Yes, we don’t see them as naked. I think of Charlotte Rampling on the piano, for example.

SAINT LAURENT

Do you imagine a narrative for your fashion shows?

I spend a lot of time thinking about the show, its beginning, middle and end. What music corresponds to which part? What lighting goes with which girl? I like creating this story that ultimately lasts, what, seven or eight minutes? More than clothes, what’s important is to create an emotion. I like it when people cry. It happens sometimes after a fashion show and it makes me happy because they feel like they have touched something that is beyond a piece of clothing. I like to play with memories, with emotions. I’m quite nostalgic. When a moment ends, I tell myself that it is something that will never come back. I feel as if I could have done more or better, that I could have taken better advantage of the situation. My problem is I don’t often think about enjoying the moment and time goes by so quickly.

Where do you watch your films? Are you more of a movie theatergoer or a home cinema enthusiast?

Definitely, home cinema.

Do you prefer black-and-white or color movies?

Color.

Are you more of a Fellini La Dolce Vita fan or an Antonioni Blow-Up admirer?

Blow-Up.

Do you sing along to Jacques Demy’s The Umbrellas of Cherbourg or contemplate Jean-Luc Godard’s Contempt?

I can’t choose because The Umbrellas of Cherbourg reminds me of my mother and it makes me cry every time. And Contempt is simply perfect. So, both.

You spend a lot of time in Los Angeles.

Yes, I’m there quite often. What I like about Los Angeles is the flight, the distance, being completely disconnected. The weather, the way of living, the possibility to be with my family and be very isolated. You have to know the city, and I was lucky to have been introduced by people who were born there. It’s a quality of life that suits me. Living with a natural rhythm, getting up when the sun rises and going to bed when it sets allows me to be more relaxed. When we return to Paris, my son always asks, “Where is the sun?” (Laughs)

SAINT LAURENT

This year alone, Saint Laurent Productions is presenting three film projects that have been selected for the Cannes Film Festival. How does it feel to see your name on the roster: “Saint Laurent by Anthony Vaccarello presents”?

It was moving when I first saw it last year in Cannes. For Almodóvar’s Strange Way of Life, my name appeared just after Pedro Almodóvar. It’s like a childhood dream come true. It makes me believe that anything is achievable. It’s great to say to yourself that it’s possible to do what you want at a very demanding level.

Once you have realized your dream, what happens next?

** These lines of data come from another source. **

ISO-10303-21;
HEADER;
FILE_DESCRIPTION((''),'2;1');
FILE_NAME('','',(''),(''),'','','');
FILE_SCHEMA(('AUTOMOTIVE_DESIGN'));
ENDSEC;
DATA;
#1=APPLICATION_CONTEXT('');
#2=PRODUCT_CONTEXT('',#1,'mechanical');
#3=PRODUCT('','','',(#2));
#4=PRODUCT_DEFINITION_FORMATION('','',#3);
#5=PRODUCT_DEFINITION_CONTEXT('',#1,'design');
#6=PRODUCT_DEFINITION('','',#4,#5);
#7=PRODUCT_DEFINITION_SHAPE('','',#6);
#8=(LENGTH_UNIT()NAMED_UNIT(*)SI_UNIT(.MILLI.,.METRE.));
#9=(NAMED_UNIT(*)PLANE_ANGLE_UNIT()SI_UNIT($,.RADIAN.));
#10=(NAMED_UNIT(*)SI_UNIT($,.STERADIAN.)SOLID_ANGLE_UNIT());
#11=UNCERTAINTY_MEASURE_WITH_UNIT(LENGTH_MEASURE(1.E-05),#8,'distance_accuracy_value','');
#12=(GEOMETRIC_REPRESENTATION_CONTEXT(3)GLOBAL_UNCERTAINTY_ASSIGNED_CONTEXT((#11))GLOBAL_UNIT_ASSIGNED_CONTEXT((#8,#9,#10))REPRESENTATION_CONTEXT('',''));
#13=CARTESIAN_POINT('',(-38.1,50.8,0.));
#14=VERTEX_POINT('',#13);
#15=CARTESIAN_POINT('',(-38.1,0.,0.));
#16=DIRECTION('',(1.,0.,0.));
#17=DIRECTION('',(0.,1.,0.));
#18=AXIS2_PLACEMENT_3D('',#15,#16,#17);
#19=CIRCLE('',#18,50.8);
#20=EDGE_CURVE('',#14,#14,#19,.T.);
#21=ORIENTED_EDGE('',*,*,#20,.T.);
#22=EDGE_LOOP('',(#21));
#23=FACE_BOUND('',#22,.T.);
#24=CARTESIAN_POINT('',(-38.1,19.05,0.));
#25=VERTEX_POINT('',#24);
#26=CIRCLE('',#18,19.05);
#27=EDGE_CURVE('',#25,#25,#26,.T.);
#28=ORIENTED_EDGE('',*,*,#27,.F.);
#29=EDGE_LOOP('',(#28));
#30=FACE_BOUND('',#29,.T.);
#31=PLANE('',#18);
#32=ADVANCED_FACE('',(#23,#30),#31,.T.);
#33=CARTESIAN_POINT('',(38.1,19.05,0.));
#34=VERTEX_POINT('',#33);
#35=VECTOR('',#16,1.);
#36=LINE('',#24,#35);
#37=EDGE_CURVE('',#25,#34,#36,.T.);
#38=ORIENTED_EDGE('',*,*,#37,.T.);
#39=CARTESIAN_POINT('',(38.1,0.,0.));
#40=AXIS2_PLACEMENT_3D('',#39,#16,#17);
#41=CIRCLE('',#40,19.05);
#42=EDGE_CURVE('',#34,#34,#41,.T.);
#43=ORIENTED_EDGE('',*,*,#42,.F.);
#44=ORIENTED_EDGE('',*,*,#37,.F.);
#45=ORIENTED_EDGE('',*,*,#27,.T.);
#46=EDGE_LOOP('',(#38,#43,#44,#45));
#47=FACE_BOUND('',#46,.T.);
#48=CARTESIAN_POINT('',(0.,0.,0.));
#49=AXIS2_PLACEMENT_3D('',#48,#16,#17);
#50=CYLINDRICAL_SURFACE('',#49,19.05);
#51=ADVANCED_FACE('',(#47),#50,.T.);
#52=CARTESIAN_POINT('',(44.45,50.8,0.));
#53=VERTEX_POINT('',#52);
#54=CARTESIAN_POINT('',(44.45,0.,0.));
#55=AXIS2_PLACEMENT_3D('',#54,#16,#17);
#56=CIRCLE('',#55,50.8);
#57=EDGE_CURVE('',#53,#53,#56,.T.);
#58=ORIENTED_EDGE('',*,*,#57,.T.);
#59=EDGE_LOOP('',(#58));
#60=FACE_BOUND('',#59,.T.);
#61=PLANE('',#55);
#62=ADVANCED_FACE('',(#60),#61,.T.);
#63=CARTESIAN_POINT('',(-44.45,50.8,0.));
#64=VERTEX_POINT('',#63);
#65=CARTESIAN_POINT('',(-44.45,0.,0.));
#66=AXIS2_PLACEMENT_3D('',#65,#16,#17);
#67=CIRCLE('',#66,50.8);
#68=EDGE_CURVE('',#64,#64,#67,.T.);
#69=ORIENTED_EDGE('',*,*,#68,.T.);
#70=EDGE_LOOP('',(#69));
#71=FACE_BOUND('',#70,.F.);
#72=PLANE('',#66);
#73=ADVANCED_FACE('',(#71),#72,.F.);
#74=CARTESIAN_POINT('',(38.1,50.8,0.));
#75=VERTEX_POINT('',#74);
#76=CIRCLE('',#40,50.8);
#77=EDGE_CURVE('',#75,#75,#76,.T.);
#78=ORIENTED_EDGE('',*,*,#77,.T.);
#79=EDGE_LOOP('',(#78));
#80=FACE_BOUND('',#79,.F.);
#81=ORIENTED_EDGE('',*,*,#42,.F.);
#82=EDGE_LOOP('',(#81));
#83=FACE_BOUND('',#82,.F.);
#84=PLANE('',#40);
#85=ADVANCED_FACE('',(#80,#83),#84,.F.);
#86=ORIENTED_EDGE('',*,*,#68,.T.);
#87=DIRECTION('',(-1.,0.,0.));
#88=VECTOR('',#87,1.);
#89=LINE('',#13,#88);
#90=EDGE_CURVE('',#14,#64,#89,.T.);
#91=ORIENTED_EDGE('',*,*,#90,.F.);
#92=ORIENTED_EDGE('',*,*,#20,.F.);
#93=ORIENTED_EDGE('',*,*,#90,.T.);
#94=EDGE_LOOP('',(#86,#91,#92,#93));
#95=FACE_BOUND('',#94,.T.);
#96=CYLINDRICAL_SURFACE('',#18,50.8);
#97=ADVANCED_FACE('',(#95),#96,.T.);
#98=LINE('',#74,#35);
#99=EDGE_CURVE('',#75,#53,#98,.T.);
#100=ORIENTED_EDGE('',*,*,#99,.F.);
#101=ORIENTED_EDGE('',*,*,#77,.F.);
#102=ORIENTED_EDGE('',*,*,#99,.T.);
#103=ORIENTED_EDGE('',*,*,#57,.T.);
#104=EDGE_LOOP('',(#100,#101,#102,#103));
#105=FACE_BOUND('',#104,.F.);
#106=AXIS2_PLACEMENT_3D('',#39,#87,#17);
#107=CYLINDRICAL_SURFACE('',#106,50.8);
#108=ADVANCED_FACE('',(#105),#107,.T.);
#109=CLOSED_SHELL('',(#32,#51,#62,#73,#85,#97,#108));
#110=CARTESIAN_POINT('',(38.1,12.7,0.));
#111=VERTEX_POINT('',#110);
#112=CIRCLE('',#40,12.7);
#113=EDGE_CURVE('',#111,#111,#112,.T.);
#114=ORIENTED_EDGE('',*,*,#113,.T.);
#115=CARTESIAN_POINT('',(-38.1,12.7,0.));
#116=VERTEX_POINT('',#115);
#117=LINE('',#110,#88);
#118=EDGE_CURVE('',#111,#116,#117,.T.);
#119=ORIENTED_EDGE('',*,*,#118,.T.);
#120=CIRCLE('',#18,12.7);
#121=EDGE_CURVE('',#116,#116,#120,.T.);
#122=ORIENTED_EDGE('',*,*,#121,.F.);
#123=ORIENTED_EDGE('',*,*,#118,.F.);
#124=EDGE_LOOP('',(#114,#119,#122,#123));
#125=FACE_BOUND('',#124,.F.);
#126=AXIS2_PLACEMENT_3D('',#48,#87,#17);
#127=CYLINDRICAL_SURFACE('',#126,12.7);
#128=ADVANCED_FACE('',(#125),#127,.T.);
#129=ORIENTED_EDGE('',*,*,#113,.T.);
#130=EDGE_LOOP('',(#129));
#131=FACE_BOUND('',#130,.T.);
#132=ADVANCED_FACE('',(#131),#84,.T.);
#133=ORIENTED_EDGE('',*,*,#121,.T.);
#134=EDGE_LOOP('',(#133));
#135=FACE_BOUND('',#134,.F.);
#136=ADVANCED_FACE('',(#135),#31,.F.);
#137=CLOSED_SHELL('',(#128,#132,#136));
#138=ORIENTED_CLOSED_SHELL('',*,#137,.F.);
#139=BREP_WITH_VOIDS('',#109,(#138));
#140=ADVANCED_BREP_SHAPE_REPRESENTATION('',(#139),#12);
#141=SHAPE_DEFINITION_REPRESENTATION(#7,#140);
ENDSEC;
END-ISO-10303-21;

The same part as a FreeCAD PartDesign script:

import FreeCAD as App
import Part
import Sketcher
Q = App.Units.Quantity

doc = App.newDocument("Part")
body = doc.addObject("PartDesign::Body", "Body")

# Sketch on YZ plane
sketch1 = body.newObject("Sketcher::SketchObject", "Sketch")
sketch1.AttachmentSupport = (doc.getObject("YZ_Plane"), [""])
sketch1.MapMode = "FlatFace"
sketch1.AttachmentOffset = App.Placement(App.Vector(0, 0, -1.5 * 25.4), App.Rotation())
sketch1.addGeometry(Part.Circle(App.Vector(0, 0, 0), App.Vector(0, 0, 1), 51), False)
sketch1.addConstraint(Sketcher.Constraint("Coincident", 0, 3, -1, 1))
sketch1.addConstraint(Sketcher.Constraint("Diameter", 0, Q("4 in")))
pad1 = body.newObject("PartDesign::Pad", "Pad")
pad1.Profile = sketch1
pad1.Length = Q("0.25 in")
pad1.Reversed = True

# Sketch on YZ plane
sketch2 = body.newObject("Sketcher::SketchObject", "Sketch001")
sketch2.AttachmentSupport = (doc.getObject("YZ_Plane"), [""])
sketch2.MapMode = "FlatFace"
sketch2.addGeometry(Part.Circle(App.Vector(0, 0, 0), App.Vector(0, 0, 1), 19), False)
sketch2.addGeometry(Part.Circle(App.Vector(0, 0, 0), App.Vector(0, 0, 1), 13), False)
sketch2.addConstraint(Sketcher.Constraint("Coincident", 0, 3, -1, 1))
sketch2.addConstraint(Sketcher.Constraint("Coincident", 1, 3, -1, 1))
sketch2.addConstraint(Sketcher.Constraint("Diameter", 1, Q("1 in")))
sketch2.addConstraint(Sketcher.Constraint("Diameter", 0, Q("1.5 in")))
pad2 = body.newObject("PartDesign::Pad", "Pad001")
pad2.Profile = sketch2
pad2.Length = Q("3 in")
pad2.Midplane = True

# Sketch on YZ plane
sketch3 = body.newObject("Sketcher::SketchObject", "Sketch002")
sketch3.AttachmentSupport = (doc.getObject("YZ_Plane"), [""])
sketch3.MapMode = "FlatFace"
sketch3.AttachmentOffset = App.Placement(App.Vector(0, 0, 1.5 * 25.4), App.Rotation())
sketch3.addGeometry(Part.Circle(App.Vector(0, 0, 0), App.Vector(0, 0, 1), 51), False)
sketch3.addConstraint(Sketcher.Constraint("Coincident", 0, 3, -1, 1))
sketch3.addConstraint(Sketcher.Constraint("Diameter", 0, Q("4 in")))
pad3 = body.newObject("PartDesign::Pad", "Pad002")
pad3.Profile = sketch3
pad3.Length = Q("0.25 in")

doc.recompute()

It’s complicated because just being here is already a dream. Saint Laurent, for me, is the most beautiful house, the Holy Grail of houses. What can top that? The only thing you can do is to start something completely different. Ever since I was little, everything has happened to me organically and naturally. I’ve never had any career plans. We need to renew ourselves constantly and create new things, not stay locked in. We need to aspire to new dreams that I don’t necessarily have yet.

To future dreams then.

Pamela Golbin

PAMELA GOLBIN

French curator and fashion historian Pamela Golbin is celebrated for her contributions to the world of art and design. She sat down for a rare interview with Yves Saint Laurent creative director Anthony Vaccarello to talk about his passion for cinema and YSL’s bold collaborations with some of cinema’s giants.